(Records from a data source)
━━━━━━━━━━━━━━━━━━━━

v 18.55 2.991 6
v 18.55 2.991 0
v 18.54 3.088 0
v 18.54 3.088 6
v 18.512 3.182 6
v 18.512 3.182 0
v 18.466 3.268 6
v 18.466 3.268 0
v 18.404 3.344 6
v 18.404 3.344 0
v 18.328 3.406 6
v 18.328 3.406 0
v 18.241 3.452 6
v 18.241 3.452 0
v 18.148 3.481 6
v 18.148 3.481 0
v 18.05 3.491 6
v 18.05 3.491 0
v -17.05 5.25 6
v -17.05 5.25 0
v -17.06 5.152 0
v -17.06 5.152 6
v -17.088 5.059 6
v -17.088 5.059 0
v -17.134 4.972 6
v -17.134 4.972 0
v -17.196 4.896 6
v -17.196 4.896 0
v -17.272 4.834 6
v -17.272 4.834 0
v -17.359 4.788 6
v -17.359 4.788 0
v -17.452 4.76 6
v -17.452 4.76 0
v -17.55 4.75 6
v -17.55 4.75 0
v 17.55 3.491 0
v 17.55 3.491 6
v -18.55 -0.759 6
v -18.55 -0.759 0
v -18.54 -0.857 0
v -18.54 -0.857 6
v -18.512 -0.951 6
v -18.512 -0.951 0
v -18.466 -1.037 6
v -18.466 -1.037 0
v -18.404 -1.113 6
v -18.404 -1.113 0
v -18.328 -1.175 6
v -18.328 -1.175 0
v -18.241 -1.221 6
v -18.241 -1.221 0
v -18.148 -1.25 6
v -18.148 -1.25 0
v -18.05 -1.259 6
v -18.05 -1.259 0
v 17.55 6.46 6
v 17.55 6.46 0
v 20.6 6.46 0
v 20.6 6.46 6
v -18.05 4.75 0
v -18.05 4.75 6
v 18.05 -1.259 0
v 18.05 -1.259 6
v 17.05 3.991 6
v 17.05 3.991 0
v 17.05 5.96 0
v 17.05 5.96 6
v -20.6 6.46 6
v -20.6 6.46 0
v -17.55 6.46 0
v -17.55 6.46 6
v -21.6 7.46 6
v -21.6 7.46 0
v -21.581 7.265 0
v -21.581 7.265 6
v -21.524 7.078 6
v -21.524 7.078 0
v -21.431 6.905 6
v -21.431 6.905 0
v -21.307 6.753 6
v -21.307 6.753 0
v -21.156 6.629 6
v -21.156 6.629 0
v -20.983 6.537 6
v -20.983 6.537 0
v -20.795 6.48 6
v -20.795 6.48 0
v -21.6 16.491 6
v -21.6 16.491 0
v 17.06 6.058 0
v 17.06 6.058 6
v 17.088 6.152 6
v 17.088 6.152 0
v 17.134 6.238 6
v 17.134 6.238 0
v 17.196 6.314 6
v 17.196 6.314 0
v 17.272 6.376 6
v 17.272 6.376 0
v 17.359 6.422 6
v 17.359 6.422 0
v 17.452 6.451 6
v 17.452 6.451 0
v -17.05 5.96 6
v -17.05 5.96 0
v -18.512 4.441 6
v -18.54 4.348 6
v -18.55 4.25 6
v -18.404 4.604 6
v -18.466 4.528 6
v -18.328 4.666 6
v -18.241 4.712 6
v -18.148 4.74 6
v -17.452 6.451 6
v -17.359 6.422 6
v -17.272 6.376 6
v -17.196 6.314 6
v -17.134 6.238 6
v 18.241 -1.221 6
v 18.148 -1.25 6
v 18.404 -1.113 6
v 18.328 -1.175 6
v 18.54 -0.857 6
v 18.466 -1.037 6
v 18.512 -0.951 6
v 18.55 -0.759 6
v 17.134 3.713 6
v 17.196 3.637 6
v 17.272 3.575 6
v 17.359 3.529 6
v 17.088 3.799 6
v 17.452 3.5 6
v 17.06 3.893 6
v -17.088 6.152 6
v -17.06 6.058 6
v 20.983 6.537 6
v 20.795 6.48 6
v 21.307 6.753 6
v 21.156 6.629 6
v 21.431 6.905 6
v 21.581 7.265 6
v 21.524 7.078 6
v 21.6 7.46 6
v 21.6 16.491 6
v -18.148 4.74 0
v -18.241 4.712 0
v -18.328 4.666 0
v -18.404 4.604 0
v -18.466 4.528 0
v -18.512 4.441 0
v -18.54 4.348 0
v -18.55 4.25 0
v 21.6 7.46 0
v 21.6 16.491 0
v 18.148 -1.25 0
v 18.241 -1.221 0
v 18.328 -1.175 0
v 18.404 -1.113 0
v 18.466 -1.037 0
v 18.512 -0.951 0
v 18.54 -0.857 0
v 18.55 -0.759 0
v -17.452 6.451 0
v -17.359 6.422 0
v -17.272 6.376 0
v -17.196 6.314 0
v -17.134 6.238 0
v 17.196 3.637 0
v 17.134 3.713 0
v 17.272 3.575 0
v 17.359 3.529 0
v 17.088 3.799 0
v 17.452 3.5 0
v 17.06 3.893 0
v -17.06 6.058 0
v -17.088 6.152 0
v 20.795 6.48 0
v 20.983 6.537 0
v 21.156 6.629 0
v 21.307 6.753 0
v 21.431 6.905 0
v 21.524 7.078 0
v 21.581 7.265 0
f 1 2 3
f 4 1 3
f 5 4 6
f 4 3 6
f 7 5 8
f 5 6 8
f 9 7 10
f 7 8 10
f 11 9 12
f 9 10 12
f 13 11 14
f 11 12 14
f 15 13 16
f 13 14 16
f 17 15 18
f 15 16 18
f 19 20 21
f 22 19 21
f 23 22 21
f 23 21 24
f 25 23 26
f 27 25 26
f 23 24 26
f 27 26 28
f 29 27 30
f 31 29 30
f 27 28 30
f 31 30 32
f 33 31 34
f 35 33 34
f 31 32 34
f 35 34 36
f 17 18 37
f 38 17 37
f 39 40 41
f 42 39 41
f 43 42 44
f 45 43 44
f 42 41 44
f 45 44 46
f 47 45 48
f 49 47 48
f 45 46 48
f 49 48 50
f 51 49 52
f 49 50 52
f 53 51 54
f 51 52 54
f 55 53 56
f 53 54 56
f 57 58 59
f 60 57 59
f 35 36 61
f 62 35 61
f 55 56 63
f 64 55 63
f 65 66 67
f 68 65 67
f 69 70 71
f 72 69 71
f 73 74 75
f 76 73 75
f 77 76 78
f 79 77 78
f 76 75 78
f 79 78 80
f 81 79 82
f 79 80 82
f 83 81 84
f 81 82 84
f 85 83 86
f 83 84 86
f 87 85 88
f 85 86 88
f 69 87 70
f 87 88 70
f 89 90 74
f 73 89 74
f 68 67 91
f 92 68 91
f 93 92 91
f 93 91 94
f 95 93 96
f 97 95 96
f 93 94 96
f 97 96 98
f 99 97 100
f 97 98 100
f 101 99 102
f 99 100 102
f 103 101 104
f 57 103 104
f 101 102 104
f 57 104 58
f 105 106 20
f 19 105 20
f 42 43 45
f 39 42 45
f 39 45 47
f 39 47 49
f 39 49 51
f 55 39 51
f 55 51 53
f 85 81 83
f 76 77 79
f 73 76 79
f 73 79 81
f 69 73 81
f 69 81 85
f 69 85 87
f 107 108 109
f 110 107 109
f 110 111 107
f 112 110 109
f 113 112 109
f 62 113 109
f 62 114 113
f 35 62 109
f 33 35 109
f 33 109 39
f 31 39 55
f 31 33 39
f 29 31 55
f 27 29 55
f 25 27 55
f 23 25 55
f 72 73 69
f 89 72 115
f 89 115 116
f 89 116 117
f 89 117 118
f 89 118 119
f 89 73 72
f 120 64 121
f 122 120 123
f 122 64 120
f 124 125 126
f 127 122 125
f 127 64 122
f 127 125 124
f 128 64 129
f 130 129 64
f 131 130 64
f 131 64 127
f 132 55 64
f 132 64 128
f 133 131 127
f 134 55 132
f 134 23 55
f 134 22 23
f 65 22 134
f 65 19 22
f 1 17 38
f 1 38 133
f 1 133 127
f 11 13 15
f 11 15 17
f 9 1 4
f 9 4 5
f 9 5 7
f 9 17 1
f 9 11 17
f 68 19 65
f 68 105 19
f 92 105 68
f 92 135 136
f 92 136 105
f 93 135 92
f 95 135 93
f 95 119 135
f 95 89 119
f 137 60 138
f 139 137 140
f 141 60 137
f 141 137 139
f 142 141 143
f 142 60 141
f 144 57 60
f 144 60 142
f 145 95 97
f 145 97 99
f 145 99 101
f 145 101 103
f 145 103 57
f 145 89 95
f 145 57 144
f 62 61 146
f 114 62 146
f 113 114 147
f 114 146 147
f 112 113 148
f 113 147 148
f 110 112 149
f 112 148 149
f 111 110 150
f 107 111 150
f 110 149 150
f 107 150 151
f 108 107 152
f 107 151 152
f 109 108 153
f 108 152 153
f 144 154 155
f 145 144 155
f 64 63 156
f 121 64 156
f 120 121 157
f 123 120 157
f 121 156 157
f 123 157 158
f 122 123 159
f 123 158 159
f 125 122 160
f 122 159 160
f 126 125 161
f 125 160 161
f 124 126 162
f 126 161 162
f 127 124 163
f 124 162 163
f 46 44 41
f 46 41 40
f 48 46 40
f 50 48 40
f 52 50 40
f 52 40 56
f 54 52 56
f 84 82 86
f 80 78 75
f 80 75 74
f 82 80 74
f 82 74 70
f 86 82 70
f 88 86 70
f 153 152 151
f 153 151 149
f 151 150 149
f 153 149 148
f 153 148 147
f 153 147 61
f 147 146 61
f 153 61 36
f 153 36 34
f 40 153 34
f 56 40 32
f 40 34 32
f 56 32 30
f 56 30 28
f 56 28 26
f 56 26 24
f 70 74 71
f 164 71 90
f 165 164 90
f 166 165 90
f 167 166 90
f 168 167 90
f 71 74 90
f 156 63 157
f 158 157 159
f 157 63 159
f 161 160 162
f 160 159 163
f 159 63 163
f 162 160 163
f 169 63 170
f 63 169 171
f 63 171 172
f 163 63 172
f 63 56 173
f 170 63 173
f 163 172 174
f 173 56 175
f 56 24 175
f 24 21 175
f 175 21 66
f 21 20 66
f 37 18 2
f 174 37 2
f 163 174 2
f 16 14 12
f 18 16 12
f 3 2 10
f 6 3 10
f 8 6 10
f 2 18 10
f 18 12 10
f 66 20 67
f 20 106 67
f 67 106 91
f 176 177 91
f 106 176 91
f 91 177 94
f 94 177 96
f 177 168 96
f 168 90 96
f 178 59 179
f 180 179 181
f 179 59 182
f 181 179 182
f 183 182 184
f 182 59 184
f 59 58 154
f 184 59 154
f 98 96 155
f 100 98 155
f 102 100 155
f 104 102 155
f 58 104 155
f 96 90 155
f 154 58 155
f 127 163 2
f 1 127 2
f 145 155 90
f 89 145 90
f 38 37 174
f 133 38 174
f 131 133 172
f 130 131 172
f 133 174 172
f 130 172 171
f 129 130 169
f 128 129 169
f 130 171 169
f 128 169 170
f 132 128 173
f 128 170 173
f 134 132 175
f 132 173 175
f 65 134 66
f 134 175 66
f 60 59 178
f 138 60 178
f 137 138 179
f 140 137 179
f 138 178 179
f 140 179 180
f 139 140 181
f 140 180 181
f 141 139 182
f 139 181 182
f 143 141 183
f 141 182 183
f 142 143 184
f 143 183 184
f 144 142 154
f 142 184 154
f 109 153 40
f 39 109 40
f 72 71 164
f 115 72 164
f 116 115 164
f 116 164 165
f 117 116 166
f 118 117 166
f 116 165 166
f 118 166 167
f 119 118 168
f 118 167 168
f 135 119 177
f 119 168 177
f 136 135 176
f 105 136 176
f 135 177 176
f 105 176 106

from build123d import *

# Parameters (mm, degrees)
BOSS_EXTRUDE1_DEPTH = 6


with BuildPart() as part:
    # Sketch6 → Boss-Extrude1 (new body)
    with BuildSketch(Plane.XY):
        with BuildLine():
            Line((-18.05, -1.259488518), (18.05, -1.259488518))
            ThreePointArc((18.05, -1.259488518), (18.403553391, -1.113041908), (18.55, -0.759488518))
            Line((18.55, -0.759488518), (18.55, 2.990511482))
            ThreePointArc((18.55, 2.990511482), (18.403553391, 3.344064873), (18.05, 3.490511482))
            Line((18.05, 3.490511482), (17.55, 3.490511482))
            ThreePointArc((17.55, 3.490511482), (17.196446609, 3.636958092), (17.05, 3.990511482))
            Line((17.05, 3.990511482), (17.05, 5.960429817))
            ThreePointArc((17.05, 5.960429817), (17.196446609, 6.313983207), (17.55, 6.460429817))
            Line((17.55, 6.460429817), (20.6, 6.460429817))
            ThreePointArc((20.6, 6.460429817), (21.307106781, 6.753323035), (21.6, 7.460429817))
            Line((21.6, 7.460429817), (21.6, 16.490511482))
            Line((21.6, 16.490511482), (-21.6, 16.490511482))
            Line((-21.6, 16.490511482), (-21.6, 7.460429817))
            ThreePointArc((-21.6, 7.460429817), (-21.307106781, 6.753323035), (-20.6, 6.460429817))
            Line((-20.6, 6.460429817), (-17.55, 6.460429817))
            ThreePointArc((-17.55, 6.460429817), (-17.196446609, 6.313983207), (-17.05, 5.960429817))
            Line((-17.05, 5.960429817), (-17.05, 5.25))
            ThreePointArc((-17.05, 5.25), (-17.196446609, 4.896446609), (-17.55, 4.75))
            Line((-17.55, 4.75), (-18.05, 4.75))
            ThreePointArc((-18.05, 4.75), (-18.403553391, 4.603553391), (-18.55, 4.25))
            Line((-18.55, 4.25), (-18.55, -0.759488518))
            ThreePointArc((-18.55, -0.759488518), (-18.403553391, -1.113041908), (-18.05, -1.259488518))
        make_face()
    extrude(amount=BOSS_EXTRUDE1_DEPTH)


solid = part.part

━━━━━━━━━━━━━━━━━━━━

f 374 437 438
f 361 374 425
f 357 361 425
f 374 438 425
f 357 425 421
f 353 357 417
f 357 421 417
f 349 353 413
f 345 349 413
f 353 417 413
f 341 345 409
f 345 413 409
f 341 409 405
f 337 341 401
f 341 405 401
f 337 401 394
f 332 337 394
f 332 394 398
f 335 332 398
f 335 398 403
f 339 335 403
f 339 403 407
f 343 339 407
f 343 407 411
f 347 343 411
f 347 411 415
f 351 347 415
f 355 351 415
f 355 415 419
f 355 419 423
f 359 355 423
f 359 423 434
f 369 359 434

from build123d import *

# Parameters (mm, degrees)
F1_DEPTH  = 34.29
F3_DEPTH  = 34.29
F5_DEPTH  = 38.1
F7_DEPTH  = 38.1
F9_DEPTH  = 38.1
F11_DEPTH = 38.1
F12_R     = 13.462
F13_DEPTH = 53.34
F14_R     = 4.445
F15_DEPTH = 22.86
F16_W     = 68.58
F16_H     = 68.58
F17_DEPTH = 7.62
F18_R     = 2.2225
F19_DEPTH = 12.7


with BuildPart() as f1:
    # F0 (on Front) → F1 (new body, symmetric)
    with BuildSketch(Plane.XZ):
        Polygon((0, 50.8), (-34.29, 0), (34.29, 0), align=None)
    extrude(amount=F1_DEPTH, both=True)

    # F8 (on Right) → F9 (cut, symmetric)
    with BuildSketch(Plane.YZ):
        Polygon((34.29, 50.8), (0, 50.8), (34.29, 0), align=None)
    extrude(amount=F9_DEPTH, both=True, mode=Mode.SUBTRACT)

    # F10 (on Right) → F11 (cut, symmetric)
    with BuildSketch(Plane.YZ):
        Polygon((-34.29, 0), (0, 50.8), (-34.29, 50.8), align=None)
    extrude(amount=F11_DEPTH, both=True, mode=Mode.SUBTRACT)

━━━━━━━━━━━━━━━━━━━━

Print again the lines of the entries above that fall between the line holding "v 18.55 2.991 6" and the line holding "v 17.05 5.96 6", inclusive, exactly as they stand.

→ **Finished task**:
v 18.55 2.991 6
v 18.55 2.991 0
v 18.54 3.088 0
v 18.54 3.088 6
v 18.512 3.182 6
v 18.512 3.182 0
v 18.466 3.268 6
v 18.466 3.268 0
v 18.404 3.344 6
v 18.404 3.344 0
v 18.328 3.406 6
v 18.328 3.406 0
v 18.241 3.452 6
v 18.241 3.452 0
v 18.148 3.481 6
v 18.148 3.481 0
v 18.05 3.491 6
v 18.05 3.491 0
v -17.05 5.25 6
v -17.05 5.25 0
v -17.06 5.152 0
v -17.06 5.152 6
v -17.088 5.059 6
v -17.088 5.059 0
v -17.134 4.972 6
v -17.134 4.972 0
v -17.196 4.896 6
v -17.196 4.896 0
v -17.272 4.834 6
v -17.272 4.834 0
v -17.359 4.788 6
v -17.359 4.788 0
v -17.452 4.76 6
v -17.452 4.76 0
v -17.55 4.75 6
v -17.55 4.75 0
v 17.55 3.491 0
v 17.55 3.491 6
v -18.55 -0.759 6
v -18.55 -0.759 0
v -18.54 -0.857 0
v -18.54 -0.857 6
v -18.512 -0.951 6
v -18.512 -0.951 0
v -18.466 -1.037 6
v -18.466 -1.037 0
v -18.404 -1.113 6
v -18.404 -1.113 0
v -18.328 -1.175 6
v -18.328 -1.175 0
v -18.241 -1.221 6
v -18.241 -1.221 0
v -18.148 -1.25 6
v -18.148 -1.25 0
v -18.05 -1.259 6
v -18.05 -1.259 0
v 17.55 6.46 6
v 17.55 6.46 0
v 20.6 6.46 0
v 20.6 6.46 6
v -18.05 4.75 0
v -18.05 4.75 6
v 18.05 -1.259 0
v 18.05 -1.259 6
v 17.05 3.991 6
v 17.05 3.991 0
v 17.05 5.96 0
v 17.05 5.96 6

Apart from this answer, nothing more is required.